Savage's response got thunderous applause, as did much of the insightful advice given for the 30 or so questions he tackled over the 2-hour recorded podcast at the theater, 3733 N. Southport Ave.

Chicago comedian Kristen Toomey performed a solo set during Savage's midway break, and joined the veteran columnist for the last third of the questions.

RELATED: Dan Savage on His Chicago-Style Bluntness and the Changing Nature of Advice.

Not surprising to longtime readers of Savage's column, there were plenty of questions about porn ("porn is to sex what Kabuki theater is to everyday life," Savage says), partners mulling threesomes and open relationships and those questioning their own kinks and wondering whether they'd be alone forever.

"There is an erotic meat grinder in our brain that spits out kinks and fetishes," Savage said, while bringing up what he calls the "price of admission," — the threshold of concessions one partner is willing to offer another to maintain a relationship.

Savage said that if there is one thing that heterosexuals can borrow from gay men, it's these four words: "What are you into?"

Savage called vaginal sex "a default setting" for heterosexual couples, whereas gay men have to have conversations about what their preferences are before starting a sexual relationship.

To a person who wondered if their relationship should last forever, Savage questioned the romantic notion of lifelong monogamy.

"A relationship is the only scenario where we consider it a failure if both people get out of it alive," he said.

Once the attendees' burning questions had all been finally answered, Savage said, "Thank you so much for coming out on such a hot night!" to roars and a standing ovation.

After the show, Alexis Pool, a Lakeview resident who says she's been listening to Savage Lovecast since her divorce a few years ago, said she especially loves the way Savage can give advice from "an older perspective" to Baby Boomers trying to get educated on things like gender neutral pronouns.

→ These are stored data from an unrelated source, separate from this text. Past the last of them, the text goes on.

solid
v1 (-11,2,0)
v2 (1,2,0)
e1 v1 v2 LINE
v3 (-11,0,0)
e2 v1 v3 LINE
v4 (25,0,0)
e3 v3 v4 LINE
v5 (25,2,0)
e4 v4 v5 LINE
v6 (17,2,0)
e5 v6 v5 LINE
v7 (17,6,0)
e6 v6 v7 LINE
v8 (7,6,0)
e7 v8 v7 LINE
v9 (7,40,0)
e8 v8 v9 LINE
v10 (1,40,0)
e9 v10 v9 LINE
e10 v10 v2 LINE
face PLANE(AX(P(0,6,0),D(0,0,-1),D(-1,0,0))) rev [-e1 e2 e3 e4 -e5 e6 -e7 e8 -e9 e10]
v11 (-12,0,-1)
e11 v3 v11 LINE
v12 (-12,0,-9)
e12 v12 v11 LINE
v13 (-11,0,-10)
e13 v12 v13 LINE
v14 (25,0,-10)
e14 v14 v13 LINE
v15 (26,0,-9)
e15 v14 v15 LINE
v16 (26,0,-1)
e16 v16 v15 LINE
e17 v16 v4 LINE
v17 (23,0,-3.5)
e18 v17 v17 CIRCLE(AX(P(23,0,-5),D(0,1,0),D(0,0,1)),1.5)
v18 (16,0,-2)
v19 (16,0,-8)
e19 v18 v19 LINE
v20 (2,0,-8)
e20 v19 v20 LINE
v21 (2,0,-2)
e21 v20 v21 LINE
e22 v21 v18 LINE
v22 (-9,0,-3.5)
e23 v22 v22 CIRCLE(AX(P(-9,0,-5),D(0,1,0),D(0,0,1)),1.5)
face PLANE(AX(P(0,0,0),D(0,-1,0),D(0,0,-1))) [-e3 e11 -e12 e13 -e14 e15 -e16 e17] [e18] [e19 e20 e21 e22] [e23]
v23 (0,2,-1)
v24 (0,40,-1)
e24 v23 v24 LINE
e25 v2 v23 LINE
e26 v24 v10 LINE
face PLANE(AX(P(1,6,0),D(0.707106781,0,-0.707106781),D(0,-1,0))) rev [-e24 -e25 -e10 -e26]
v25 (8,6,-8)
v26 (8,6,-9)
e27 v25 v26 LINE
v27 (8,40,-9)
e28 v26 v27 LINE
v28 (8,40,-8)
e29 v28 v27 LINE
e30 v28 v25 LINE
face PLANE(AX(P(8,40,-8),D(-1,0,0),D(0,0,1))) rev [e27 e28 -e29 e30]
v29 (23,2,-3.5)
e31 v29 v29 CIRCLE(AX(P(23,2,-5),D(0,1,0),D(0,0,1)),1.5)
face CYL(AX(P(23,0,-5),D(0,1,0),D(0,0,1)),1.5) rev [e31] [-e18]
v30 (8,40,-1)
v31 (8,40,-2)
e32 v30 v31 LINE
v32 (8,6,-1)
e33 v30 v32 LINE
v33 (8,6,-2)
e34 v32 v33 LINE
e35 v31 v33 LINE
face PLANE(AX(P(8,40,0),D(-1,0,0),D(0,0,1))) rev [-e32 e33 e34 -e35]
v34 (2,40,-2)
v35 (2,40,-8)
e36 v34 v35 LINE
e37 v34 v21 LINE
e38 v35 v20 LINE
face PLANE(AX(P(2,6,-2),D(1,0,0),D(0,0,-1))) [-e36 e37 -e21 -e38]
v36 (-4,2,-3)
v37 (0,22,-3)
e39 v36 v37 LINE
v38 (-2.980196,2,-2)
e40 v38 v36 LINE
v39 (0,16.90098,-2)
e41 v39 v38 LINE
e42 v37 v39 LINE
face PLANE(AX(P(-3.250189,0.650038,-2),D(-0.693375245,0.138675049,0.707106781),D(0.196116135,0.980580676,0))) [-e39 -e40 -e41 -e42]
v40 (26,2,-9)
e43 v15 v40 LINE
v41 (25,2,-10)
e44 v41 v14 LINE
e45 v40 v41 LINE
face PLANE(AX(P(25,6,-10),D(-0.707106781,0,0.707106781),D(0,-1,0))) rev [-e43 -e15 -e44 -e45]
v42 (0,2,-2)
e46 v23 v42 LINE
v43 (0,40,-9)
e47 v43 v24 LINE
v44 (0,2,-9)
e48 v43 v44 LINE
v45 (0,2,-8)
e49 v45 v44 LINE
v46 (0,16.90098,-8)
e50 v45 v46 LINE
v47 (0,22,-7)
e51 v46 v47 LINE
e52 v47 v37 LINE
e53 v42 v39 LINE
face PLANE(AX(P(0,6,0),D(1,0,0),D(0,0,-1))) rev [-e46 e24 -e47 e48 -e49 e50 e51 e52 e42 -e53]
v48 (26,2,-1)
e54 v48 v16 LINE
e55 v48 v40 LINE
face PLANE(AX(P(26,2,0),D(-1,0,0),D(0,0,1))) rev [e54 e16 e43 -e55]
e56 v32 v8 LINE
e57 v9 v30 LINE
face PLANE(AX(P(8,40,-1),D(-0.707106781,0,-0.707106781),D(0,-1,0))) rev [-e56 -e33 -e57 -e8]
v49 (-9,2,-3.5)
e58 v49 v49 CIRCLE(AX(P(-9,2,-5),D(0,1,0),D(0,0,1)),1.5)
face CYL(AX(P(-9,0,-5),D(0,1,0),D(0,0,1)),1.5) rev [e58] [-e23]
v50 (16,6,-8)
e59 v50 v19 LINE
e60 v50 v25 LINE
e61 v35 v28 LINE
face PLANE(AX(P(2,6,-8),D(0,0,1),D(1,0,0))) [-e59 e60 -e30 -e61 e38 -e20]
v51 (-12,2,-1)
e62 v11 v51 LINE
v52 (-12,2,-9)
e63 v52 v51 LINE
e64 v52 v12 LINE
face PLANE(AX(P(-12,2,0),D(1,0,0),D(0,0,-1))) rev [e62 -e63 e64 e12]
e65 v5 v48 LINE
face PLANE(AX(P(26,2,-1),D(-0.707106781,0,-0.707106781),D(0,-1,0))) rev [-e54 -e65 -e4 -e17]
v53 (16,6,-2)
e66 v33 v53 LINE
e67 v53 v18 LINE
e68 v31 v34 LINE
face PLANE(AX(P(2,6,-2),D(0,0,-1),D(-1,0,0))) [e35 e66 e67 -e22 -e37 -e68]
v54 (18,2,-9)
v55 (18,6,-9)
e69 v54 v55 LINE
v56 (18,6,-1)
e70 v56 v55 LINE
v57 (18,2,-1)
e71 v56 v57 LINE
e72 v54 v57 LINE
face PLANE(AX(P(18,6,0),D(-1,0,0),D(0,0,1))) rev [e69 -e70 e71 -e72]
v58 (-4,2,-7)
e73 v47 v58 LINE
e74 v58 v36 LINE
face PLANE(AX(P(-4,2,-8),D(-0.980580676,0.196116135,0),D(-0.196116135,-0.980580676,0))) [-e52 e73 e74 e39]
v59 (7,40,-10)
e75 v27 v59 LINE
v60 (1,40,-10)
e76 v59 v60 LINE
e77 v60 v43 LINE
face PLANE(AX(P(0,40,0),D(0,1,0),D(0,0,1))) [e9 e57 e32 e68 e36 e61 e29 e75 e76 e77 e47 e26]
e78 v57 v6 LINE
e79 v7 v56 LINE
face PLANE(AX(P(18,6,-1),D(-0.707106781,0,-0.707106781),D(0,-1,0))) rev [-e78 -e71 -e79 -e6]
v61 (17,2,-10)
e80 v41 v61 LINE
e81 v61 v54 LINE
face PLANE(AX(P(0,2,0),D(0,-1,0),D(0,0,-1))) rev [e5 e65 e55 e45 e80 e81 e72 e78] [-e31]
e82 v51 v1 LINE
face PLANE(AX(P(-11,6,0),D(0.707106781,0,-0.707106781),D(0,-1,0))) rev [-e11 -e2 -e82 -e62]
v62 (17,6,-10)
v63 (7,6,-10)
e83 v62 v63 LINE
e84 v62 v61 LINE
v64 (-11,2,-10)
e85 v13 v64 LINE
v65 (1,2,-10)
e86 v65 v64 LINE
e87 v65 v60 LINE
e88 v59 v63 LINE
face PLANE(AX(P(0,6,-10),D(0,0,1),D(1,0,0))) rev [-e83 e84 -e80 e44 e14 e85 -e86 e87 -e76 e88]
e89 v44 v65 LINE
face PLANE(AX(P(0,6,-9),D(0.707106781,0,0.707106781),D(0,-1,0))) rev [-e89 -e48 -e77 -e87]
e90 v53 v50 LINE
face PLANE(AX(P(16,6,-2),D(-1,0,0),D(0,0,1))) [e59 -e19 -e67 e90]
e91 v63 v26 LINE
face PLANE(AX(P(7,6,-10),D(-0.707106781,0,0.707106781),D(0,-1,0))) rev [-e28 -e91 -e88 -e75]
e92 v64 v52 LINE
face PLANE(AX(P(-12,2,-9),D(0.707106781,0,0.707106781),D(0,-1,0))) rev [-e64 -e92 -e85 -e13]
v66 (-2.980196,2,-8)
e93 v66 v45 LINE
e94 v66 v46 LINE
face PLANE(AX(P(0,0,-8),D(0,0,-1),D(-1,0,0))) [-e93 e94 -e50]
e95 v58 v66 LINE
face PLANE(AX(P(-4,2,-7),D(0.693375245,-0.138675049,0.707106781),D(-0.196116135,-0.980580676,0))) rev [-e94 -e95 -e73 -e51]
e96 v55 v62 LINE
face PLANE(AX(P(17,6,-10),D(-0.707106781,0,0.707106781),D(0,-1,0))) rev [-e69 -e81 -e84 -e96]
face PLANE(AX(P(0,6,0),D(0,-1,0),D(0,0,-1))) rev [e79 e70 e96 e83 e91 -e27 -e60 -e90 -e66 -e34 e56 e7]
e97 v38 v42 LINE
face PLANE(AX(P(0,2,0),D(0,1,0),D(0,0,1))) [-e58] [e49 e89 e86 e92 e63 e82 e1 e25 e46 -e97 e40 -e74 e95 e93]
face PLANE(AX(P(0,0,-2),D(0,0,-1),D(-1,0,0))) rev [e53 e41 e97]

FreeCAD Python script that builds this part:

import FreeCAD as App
import Part
import Sketcher
from FreeCAD import Vector
Q = App.Units.Quantity


def edges_at(feature, points):
    """Names of the edges that pass closest to the given points."""
    edges = feature.Shape.Edges
    near = lambda p: min(range(len(edges)), key=lambda i: edges[i].distToShape(Part.Vertex(*p))[0])
    return sorted({f"Edge{near(p) + 1}" for p in points})

doc = App.newDocument("Part")
body = doc.addObject("PartDesign::Body", "Body")

sketch1 = body.newObject("Sketcher::SketchObject", "Sketch")
sketch1.AttachmentSupport = (doc.getObject("XZ_Plane"), [""])
sketch1.MapMode = "FlatFace"
sketch1.addGeometry(Part.LineSegment(Vector(0, -10, 0), Vector(0, 0, 0)), False)
sketch1.addGeometry(Part.LineSegment(Vector(0, 0, 0), Vector(18, 0, 0)), False)
sketch1.addGeometry(Part.LineSegment(Vector(18, 0, 0), Vector(18, -10, 0)), False)
sketch1.addGeometry(Part.LineSegment(Vector(18, -10, 0), Vector(0, -10, 0)), False)
sketch1.addGeometry(Part.LineSegment(Vector(16, -2, 0), Vector(2, -2, 0)), False)
sketch1.addGeometry(Part.LineSegment(Vector(2, -2, 0), Vector(2, -8, 0)), False)
sketch1.addGeometry(Part.LineSegment(Vector(2, -8, 0), Vector(16, -8, 0)), False)
sketch1.addGeometry(Part.LineSegment(Vector(16, -8, 0), Vector(16, -2, 0)), False)
sketch1.addConstraint(Sketcher.Constraint("Coincident", 0, 2, 1, 1))
sketch1.addConstraint(Sketcher.Constraint("Coincident", 1, 2, 2, 1))
sketch1.addConstraint(Sketcher.Constraint("Coincident", 2, 2, 3, 1))
sketch1.addConstraint(Sketcher.Constraint("Coincident", 3, 2, 0, 1))
sketch1.addConstraint(Sketcher.Constraint("Coincident", 4, 2, 5, 1))
sketch1.addConstraint(Sketcher.Constraint("Coincident", 5, 2, 6, 1))
sketch1.addConstraint(Sketcher.Constraint("Coincident", 6, 2, 7, 1))
sketch1.addConstraint(Sketcher.Constraint("Coincident", 7, 2, 4, 1))
sketch1.addConstraint(Sketcher.Constraint("Vertical", 0))
sketch1.addConstraint(Sketcher.Constraint("Horizontal", 1))
sketch1.addConstraint(Sketcher.Constraint("Vertical", 2))
sketch1.addConstraint(Sketcher.Constraint("Horizontal", 3))
sketch1.addConstraint(Sketcher.Constraint("Horizontal", 4))
sketch1.addConstraint(Sketcher.Constraint("Vertical", 5))
sketch1.addConstraint(Sketcher.Constraint("Horizontal", 6))
sketch1.addConstraint(Sketcher.Constraint("Vertical", 7))
sketch1.addConstraint(Sketcher.Constraint("Coincident", 0, 2, -1, 1))
sketch1.addConstraint(Sketcher.Constraint("DistanceX", 1, 1, 1, 2, Q("18 mm")))
sketch1.addConstraint(Sketcher.Constraint("DistanceX", 4, 2, 4, 1, Q("14 mm")))
sketch1.addConstraint(Sketcher.Constraint("DistanceY", 0, 1, 0, 2, Q("10 mm")))
sketch1.addConstraint(Sketcher.Constraint("DistanceY", 5, 2, 5, 1, Q("6 mm")))
sketch1.addConstraint(Sketcher.Constraint("DistanceX", -1, 1, 4, 2, Q("2 mm")))
sketch1.addConstraint(Sketcher.Constraint("DistanceY", 4, 2, -1, 1, Q("2 mm")))
pad1 = body.newObject("PartDesign::Pad", "Pad")
pad1.Profile = sketch1
pad1.Length = 6
pad1.Reversed = True

sketch2 = body.newObject("Sketcher::SketchObject", "Sketch001")
sketch2.AttachmentSupport = (doc.getObject("XZ_Plane"), [""])
sketch2.MapMode = "FlatFace"
sketch2.AttachmentOffset = App.Placement(Vector(0, 0, -6), App.Rotation())
sketch2.addGeometry(Part.LineSegment(Vector(0, -10, 0), Vector(0, 0, 0)), False)
sketch2.addGeometry(Part.LineSegment(Vector(0, 0, 0), Vector(8, 0, 0)), False)
sketch2.addGeometry(Part.LineSegment(Vector(8, 0, 0), Vector(8, -2, 0)), False)
sketch2.addGeometry(Part.LineSegment(Vector(8, -2, 0), Vector(2, -2, 0)), False)
sketch2.addGeometry(Part.LineSegment(Vector(2, -2, 0), Vector(2, -8, 0)), False)
sketch2.addGeometry(Part.LineSegment(Vector(2, -8, 0), Vector(8, -8, 0)), False)
sketch2.addGeometry(Part.LineSegment(Vector(8, -8, 0), Vector(8, -10, 0)), False)
sketch2.addGeometry(Part.LineSegment(Vector(8, -10, 0), Vector(0, -10, 0)), False)
sketch2.addConstraint(Sketcher.Constraint("Coincident", 0, 2, 1, 1))
sketch2.addConstraint(Sketcher.Constraint("Coincident", 1, 2, 2, 1))
sketch2.addConstraint(Sketcher.Constraint("Coincident", 2, 2, 3, 1))
sketch2.addConstraint(Sketcher.Constraint("Coincident", 3, 2, 4, 1))
sketch2.addConstraint(Sketcher.Constraint("Coincident", 4, 2, 5, 1))
sketch2.addConstraint(Sketcher.Constraint("Coincident", 5, 2, 6, 1))
sketch2.addConstraint(Sketcher.Constraint("Coincident", 6, 2, 7, 1))
sketch2.addConstraint(Sketcher.Constraint("Coincident", 7, 2, 0, 1))
sketch2.addConstraint(Sketcher.Constraint("Vertical", 0))
sketch2.addConstraint(Sketcher.Constraint("Horizontal", 1))
sketch2.addConstraint(Sketcher.Constraint("Vertical", 2))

John McInnes drove in to see the show from Arlington Heights.

"I think he is funnier in person. It was really interesting to watch him process a question live, in real time," said McInnes, who's been reading "Savage Love" since the 1990s.

Lincoln Park resident Emilio Williams was invited to the show by some friends and admitted to having no idea who Dan Savage was before Thursday night.

"I loved it, I think [Savage] is great," Williams said.